# So why do my Corys keep dying?



## ozznet (Aug 23, 2011)

So for some reason my bronze corys keep dying on me. They will be fine for a few months and then all of a sudden they are missing or found belly up. All Rasboras have been in my tank for 2 years and no problems aside from the odd small one sucked up the filter and My Ottos have been fine for the last year but for some reason the Corys keep dying. 
Here's my tank readings.
Its a 20 gallon planted tank. the nitrates are around 0-20, Nitrites 0, ph 8, KH 40, GH 60-120.
There is 6 Harliquin Rasboras, 3 corys now, 2 Ottos, and 3 Cardinal Tertras.

Thanks for any help.


----------



## susankat (Nov 15, 2008)

Whats your ammonia reading? How often are you doing water changes? What are you feeding them. Most cories live 8 to 9 years


----------



## SevenNoOni (Oct 11, 2011)

Mine just died randomly a few weeks back. Reads Zero, it actually looked like something was fighting it, had a bloody looking fin. I just have a community tank. Ive also seen a large amount of hurt ones in the petstores... i wonder if its a sickness or something.


----------



## ozznet (Aug 23, 2011)

I don't have an ammonia tester just the nitrate and nitrite so I'm not sure. I do water changes every 2 weeks and they get feed whatever flakes and micro pellets I purposely let sink to the bottom and a couple times a week they get algae wafers and shrimp pellets and also any frozen baby brine shrimp when I give that to the rest of the fish.


----------



## madtyke (Sep 26, 2011)

you need to test for ammonia


----------



## susankat (Nov 15, 2008)

You have hard water which cories are used to a lower ph you will have to slowly drip acclimate them to your parameters. How did you add them to the tank? Cories don't eat algae unless there is nothing else for them to eat.

Also you do need an ammonia test kit. Change your water change schedule to 30% once a week.


----------



## NeonShark666 (Dec 13, 2010)

Try doing some gradual water changes (20%) weakly with Distilled Water (simulates Railfall). Cardinals have a dull color when not happy, are they bright? Try and keep the temperature around 75F, Corys don't like real warm water. Make sure and practice good filtration and aeriation.
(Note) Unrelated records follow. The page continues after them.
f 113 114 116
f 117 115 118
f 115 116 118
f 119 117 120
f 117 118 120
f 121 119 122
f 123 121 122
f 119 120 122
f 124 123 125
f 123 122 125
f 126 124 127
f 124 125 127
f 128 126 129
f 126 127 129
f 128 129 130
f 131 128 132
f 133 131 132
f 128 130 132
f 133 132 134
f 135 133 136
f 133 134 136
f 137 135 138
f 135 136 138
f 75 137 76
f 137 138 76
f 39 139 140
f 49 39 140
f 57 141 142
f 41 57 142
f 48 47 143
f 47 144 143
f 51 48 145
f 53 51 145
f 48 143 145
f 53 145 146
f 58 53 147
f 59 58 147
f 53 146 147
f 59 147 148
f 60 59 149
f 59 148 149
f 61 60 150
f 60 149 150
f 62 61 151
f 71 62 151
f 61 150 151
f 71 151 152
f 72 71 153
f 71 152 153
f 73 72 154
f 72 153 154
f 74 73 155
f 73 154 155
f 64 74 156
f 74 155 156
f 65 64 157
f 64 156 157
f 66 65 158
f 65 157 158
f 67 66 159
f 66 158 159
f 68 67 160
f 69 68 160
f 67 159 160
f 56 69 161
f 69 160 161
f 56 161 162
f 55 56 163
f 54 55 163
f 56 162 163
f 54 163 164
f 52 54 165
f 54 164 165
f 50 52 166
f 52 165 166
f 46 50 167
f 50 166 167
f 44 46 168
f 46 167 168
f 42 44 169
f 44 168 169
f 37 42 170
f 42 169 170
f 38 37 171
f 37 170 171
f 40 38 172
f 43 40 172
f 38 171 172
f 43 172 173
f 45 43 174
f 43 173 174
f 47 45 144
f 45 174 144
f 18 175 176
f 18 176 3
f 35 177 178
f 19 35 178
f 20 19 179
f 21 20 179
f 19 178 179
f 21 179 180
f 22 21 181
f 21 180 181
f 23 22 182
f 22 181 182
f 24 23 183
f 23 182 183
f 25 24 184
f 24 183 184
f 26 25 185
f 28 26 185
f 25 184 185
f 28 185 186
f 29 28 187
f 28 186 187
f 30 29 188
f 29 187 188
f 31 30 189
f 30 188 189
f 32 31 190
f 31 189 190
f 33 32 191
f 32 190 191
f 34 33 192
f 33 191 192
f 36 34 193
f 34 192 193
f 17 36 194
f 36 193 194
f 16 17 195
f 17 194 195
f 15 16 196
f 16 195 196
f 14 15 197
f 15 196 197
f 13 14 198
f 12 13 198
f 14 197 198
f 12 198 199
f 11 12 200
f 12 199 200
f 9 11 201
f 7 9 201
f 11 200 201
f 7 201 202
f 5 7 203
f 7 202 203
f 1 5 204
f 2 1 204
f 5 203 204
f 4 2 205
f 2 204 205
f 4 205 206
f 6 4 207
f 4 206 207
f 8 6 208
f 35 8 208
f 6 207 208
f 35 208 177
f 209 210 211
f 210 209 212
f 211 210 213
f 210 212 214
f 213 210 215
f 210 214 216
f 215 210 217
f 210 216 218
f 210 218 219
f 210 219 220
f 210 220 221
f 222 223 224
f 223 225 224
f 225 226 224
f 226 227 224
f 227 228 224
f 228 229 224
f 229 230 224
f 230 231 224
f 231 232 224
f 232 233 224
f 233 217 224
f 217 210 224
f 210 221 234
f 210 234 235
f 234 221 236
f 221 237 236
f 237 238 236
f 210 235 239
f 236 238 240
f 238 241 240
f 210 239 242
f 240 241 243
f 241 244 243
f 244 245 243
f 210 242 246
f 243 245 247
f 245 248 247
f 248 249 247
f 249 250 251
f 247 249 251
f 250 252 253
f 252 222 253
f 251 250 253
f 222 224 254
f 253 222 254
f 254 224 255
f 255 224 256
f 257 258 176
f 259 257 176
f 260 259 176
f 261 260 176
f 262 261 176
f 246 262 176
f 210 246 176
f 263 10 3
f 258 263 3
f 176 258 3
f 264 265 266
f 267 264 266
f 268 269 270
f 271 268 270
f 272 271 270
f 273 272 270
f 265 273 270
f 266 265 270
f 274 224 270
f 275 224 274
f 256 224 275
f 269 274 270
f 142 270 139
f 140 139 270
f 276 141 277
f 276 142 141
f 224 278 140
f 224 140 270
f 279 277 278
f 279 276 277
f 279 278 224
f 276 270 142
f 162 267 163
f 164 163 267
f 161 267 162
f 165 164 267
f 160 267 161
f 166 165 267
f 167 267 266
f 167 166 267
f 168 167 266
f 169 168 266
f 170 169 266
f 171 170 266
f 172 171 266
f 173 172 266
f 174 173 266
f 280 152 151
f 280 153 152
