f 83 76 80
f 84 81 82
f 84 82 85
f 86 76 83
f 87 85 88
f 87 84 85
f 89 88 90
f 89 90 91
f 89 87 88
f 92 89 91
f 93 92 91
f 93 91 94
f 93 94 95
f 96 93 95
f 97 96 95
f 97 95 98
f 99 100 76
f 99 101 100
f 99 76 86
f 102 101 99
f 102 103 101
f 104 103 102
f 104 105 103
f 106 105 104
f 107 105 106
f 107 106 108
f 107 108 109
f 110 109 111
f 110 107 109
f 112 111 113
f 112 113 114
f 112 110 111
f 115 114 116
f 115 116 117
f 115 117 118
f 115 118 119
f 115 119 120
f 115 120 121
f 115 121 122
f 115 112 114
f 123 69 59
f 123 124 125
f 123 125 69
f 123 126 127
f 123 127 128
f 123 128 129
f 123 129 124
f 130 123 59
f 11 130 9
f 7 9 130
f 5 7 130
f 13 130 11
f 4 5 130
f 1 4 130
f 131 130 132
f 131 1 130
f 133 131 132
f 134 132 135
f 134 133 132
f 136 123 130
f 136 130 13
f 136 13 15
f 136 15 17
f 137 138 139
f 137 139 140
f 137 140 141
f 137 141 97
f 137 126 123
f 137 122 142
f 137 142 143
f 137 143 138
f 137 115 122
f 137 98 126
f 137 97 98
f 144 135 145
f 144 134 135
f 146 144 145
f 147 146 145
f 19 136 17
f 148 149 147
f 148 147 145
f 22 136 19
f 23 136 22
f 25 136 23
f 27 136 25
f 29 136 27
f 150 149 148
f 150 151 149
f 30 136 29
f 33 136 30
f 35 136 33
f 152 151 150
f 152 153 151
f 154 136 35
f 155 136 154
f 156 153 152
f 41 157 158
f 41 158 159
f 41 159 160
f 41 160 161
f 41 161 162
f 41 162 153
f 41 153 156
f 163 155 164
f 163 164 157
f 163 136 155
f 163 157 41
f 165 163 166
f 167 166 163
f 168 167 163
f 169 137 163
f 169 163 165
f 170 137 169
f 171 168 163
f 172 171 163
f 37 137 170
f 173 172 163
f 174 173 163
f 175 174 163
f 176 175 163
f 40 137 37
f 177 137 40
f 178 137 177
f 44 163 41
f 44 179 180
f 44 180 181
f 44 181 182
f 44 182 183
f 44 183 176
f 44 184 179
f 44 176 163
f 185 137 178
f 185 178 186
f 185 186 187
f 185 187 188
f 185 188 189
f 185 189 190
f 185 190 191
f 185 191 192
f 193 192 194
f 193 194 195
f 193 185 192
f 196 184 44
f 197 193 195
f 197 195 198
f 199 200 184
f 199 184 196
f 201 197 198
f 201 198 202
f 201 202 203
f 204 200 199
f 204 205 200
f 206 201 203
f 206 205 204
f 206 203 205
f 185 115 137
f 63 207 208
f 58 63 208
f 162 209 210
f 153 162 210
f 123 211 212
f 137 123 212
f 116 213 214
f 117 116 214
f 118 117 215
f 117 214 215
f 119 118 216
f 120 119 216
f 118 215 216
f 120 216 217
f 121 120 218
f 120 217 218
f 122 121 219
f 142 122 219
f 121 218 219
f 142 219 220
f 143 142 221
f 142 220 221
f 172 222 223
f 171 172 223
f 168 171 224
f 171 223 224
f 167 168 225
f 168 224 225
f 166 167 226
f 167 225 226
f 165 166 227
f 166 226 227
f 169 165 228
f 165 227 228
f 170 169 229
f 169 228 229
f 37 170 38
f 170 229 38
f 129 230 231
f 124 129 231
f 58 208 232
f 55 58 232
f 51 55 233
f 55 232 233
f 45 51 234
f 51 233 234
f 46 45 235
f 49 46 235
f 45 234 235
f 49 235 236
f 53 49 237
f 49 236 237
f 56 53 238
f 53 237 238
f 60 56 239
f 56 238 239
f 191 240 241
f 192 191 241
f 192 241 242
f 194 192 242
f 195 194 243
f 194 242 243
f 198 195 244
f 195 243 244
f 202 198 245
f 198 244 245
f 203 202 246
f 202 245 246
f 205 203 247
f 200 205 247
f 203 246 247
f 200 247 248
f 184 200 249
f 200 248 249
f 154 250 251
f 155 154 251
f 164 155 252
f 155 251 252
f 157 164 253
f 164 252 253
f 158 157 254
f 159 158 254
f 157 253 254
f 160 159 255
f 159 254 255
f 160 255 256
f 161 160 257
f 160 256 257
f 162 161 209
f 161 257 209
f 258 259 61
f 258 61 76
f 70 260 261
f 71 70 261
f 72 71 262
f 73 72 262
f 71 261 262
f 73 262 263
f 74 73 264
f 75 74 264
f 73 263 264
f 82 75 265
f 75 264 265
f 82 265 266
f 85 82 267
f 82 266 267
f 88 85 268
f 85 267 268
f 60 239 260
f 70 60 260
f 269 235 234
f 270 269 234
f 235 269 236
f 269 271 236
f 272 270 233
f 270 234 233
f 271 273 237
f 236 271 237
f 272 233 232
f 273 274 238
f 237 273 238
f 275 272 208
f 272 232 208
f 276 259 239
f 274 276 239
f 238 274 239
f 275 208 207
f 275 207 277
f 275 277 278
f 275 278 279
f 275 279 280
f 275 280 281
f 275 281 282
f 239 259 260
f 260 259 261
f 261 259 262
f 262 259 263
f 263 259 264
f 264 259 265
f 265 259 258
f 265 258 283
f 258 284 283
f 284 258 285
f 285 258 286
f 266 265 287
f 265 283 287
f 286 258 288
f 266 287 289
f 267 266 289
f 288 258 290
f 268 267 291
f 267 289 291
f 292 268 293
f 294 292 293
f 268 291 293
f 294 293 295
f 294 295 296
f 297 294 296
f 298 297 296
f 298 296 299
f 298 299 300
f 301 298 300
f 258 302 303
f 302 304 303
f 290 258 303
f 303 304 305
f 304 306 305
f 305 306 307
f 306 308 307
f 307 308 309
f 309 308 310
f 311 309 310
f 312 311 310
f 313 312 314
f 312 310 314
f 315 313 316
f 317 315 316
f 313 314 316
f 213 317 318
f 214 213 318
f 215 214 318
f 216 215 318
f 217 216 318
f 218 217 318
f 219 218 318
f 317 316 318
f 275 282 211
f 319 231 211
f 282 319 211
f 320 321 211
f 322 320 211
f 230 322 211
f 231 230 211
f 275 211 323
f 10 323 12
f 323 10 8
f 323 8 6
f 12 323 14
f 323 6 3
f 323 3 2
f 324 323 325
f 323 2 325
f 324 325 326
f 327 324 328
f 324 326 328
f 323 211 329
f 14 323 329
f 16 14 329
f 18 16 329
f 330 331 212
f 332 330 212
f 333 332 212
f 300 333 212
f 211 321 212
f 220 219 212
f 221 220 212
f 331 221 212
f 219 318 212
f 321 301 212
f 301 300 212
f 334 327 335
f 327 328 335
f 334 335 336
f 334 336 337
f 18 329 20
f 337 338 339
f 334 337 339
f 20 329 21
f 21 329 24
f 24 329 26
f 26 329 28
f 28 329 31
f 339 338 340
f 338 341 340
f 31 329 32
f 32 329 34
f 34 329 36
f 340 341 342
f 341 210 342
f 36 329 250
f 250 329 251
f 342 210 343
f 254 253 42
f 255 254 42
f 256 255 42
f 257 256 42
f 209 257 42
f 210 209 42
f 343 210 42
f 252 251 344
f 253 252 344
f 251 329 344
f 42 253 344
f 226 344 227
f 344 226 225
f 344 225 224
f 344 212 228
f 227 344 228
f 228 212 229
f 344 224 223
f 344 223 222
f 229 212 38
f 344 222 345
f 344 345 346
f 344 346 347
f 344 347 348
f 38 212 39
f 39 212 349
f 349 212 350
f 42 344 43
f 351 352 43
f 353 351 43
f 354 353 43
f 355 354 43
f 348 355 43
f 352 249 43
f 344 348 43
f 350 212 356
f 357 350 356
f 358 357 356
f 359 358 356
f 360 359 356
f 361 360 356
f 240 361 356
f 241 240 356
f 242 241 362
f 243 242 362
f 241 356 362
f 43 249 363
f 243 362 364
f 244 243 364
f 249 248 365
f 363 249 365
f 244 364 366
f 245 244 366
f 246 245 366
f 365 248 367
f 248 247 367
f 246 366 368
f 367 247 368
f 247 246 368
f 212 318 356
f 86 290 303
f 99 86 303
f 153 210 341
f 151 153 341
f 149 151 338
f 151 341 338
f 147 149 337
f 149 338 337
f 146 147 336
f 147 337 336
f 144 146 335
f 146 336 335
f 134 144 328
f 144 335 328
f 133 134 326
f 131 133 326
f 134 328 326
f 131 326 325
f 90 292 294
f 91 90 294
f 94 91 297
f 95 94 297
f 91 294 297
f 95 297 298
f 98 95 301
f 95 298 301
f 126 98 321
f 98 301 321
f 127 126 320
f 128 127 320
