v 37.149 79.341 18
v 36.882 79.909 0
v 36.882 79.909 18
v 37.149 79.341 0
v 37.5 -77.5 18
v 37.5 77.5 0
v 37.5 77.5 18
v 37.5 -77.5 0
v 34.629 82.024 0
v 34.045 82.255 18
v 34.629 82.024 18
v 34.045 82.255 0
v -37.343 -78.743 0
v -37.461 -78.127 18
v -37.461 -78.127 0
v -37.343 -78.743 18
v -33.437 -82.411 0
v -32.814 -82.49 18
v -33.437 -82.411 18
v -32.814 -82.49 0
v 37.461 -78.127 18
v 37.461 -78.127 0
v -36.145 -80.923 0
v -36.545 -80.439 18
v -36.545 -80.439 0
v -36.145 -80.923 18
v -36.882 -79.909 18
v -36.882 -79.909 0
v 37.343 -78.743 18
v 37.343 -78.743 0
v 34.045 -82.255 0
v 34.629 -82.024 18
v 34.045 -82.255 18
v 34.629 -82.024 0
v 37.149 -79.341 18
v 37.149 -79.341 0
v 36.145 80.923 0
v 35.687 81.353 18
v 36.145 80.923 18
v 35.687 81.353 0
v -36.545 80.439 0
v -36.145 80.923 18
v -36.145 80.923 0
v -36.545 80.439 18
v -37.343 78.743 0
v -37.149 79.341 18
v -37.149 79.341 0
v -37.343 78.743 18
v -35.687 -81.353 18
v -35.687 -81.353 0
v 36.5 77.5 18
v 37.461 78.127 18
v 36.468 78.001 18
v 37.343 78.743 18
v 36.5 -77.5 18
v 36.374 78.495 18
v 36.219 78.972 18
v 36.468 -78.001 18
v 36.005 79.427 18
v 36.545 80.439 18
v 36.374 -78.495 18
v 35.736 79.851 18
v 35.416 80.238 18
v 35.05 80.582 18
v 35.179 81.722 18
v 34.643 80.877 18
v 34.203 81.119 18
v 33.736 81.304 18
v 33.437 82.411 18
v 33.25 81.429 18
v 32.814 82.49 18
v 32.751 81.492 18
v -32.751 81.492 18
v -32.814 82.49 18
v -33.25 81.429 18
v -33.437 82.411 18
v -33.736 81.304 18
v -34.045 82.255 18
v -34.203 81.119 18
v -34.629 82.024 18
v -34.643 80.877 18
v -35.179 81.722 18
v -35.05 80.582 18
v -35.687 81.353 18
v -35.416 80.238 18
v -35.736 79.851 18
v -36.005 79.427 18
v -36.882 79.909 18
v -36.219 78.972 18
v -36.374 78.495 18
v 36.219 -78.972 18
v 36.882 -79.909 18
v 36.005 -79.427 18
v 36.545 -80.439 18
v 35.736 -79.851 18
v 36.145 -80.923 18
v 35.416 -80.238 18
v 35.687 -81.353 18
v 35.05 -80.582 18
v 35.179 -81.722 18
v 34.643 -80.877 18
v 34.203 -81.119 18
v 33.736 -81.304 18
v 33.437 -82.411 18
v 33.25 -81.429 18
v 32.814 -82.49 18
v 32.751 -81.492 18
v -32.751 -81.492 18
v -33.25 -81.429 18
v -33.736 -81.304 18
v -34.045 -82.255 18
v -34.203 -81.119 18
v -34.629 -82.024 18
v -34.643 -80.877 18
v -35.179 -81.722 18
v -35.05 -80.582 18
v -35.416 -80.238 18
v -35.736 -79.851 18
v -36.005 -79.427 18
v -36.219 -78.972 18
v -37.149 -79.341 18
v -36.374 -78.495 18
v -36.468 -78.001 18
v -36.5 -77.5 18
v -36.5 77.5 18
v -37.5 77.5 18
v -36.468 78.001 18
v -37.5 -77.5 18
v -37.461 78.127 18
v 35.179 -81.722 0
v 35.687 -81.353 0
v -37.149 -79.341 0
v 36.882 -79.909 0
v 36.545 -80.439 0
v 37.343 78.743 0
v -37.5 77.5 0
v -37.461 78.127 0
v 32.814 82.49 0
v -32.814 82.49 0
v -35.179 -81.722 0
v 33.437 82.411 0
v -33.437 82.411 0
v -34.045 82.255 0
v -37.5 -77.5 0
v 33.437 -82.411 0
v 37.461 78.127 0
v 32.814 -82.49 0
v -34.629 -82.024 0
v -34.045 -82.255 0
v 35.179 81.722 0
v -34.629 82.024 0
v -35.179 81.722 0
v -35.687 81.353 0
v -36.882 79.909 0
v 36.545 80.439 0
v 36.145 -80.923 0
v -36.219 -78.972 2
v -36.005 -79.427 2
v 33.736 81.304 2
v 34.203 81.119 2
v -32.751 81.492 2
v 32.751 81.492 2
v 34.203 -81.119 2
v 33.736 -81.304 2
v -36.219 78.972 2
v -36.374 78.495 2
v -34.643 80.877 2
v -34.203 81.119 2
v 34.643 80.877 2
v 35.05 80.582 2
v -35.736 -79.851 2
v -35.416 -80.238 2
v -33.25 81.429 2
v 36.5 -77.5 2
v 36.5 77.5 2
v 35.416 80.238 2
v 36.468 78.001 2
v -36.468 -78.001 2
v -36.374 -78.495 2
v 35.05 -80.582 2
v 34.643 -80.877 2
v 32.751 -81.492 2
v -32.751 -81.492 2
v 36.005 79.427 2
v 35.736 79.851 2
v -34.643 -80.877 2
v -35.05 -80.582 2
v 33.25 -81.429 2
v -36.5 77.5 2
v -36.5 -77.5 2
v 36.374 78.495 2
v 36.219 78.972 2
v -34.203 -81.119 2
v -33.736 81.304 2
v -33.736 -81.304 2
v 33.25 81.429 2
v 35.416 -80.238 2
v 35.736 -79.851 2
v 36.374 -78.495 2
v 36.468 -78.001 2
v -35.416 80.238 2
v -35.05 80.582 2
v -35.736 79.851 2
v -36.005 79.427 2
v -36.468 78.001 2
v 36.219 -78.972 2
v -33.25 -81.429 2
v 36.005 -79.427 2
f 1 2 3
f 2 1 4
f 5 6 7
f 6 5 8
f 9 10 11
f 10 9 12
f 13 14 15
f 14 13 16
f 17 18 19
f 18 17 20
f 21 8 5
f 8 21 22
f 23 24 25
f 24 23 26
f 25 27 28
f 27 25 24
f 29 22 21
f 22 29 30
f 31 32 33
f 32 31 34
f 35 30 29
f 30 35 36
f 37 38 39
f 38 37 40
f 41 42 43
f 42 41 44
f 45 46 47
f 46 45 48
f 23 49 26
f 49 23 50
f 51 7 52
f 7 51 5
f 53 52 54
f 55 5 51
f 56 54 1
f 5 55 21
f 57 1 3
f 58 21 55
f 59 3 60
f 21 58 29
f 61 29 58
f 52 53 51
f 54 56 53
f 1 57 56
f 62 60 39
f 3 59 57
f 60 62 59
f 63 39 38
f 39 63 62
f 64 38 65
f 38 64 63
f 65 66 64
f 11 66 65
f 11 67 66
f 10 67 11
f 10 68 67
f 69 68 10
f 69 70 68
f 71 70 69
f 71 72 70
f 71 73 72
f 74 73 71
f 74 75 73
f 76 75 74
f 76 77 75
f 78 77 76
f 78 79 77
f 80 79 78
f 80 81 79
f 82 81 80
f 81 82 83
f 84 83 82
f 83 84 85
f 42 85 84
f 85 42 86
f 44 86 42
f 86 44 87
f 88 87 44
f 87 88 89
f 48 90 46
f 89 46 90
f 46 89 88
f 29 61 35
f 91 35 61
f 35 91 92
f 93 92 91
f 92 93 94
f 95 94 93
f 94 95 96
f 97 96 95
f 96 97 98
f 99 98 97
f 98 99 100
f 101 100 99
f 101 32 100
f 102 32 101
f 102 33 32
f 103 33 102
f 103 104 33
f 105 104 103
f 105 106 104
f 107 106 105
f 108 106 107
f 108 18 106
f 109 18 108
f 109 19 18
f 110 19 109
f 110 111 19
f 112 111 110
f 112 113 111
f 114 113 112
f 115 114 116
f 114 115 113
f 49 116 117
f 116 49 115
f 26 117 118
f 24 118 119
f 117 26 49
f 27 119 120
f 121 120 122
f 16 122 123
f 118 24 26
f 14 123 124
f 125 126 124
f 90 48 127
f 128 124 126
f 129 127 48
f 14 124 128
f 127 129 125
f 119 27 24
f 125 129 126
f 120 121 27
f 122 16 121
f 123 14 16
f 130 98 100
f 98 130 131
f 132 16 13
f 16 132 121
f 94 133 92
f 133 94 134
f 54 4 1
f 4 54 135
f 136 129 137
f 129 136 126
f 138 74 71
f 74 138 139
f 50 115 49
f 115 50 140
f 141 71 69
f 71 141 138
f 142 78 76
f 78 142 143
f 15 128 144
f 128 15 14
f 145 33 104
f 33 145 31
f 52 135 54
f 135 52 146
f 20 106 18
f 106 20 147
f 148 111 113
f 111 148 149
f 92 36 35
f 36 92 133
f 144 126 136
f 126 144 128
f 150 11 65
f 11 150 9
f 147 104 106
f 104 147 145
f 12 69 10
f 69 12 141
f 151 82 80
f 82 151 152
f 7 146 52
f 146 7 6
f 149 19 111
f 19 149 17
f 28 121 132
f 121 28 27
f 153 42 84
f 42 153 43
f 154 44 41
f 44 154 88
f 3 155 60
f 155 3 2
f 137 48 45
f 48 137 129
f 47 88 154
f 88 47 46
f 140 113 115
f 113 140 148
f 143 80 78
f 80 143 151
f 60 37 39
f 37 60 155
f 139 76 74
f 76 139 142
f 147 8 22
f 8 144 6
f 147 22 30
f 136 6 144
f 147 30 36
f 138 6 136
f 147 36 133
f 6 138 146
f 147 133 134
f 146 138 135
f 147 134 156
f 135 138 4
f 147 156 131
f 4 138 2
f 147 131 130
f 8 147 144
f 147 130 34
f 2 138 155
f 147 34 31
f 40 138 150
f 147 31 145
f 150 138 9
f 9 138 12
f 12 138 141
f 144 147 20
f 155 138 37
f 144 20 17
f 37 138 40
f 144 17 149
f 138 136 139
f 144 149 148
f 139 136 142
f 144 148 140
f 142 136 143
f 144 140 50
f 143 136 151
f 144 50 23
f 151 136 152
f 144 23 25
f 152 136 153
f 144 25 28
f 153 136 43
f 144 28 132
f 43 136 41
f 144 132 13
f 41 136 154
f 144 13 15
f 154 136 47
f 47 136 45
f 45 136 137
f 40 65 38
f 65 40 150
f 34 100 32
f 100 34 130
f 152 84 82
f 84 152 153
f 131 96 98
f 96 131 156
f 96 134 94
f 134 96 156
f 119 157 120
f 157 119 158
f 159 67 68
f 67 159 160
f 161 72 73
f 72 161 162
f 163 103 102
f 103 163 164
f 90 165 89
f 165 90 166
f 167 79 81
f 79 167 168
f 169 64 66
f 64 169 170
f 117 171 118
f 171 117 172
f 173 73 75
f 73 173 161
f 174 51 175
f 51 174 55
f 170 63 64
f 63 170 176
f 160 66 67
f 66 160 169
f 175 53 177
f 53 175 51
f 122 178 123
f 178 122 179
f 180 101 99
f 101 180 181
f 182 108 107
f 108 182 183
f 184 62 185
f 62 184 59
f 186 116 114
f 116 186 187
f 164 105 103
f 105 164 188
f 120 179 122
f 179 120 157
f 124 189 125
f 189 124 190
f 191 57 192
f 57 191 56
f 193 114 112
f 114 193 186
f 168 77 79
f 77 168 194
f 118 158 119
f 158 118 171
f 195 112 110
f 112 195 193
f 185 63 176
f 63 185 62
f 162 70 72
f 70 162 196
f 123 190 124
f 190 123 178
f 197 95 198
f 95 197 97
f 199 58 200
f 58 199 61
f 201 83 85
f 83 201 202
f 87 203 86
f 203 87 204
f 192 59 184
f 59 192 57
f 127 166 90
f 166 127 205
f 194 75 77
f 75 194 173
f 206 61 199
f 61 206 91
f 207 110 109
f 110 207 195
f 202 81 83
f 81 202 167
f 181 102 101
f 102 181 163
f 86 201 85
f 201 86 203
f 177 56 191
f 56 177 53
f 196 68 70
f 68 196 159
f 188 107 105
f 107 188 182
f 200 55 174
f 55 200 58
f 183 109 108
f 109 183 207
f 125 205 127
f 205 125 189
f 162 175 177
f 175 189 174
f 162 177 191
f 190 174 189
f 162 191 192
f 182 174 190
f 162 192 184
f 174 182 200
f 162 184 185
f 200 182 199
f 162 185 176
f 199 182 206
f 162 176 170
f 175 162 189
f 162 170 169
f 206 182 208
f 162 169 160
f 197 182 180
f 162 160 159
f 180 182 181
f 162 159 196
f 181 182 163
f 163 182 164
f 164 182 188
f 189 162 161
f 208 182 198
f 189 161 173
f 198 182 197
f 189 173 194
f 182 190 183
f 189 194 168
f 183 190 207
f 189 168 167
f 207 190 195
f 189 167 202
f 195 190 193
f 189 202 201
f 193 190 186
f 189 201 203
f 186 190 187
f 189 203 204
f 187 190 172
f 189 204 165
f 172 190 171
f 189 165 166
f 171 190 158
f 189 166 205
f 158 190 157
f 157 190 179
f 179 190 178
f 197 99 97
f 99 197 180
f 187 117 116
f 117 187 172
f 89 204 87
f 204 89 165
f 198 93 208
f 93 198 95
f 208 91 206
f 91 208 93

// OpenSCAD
$fn = 50;


difference() {
	union() {
		hull() {
			translate(v = [-32.5000000000, 77.5000000000, 0]) {
				cylinder(h = 18, r = 5);
			}
			translate(v = [32.5000000000, 77.5000000000, 0]) {
				cylinder(h = 18, r = 5);
			}
			translate(v = [-32.5000000000, -77.5000000000, 0]) {
				cylinder(h = 18, r = 5);
			}
			translate(v = [32.5000000000, -77.5000000000, 0]) {
				cylinder(h = 18, r = 5);
			}
		}
	}
	union() {
		translate(v = [0, 0, 2]) {
			hull() {
				translate(v = [-32.5000000000, 77.5000000000, 0]) {
					cylinder(h = 16, r = 4);
				}
				translate(v = [32.5000000000, 77.5000000000, 0]) {
					cylinder(h = 16, r = 4);
				}
				translate(v = [-32.5000000000, -77.5000000000, 0]) {
					cylinder(h = 16, r = 4);
				}
				translate(v = [32.5000000000, -77.5000000000, 0]) {
					cylinder(h = 16, r = 4);
				}
			}
		}
	}
}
Corys are usually hard to kill, sorry.


----------



## ozznet (Aug 23, 2011)

Ok so my ammonia level is 0 mg/L and I did slowly acclimate them by letting the bag sit in the water and then slowly adding water to the bag. My Cardinals colors are bright so I think they are happy. Also my temp is at 79F so I just turned it down a couple degrees.


----------



## Angiee (Jul 11, 2012)

Corys don't like differences in pH. It can even kill them. This may be the problem.


----------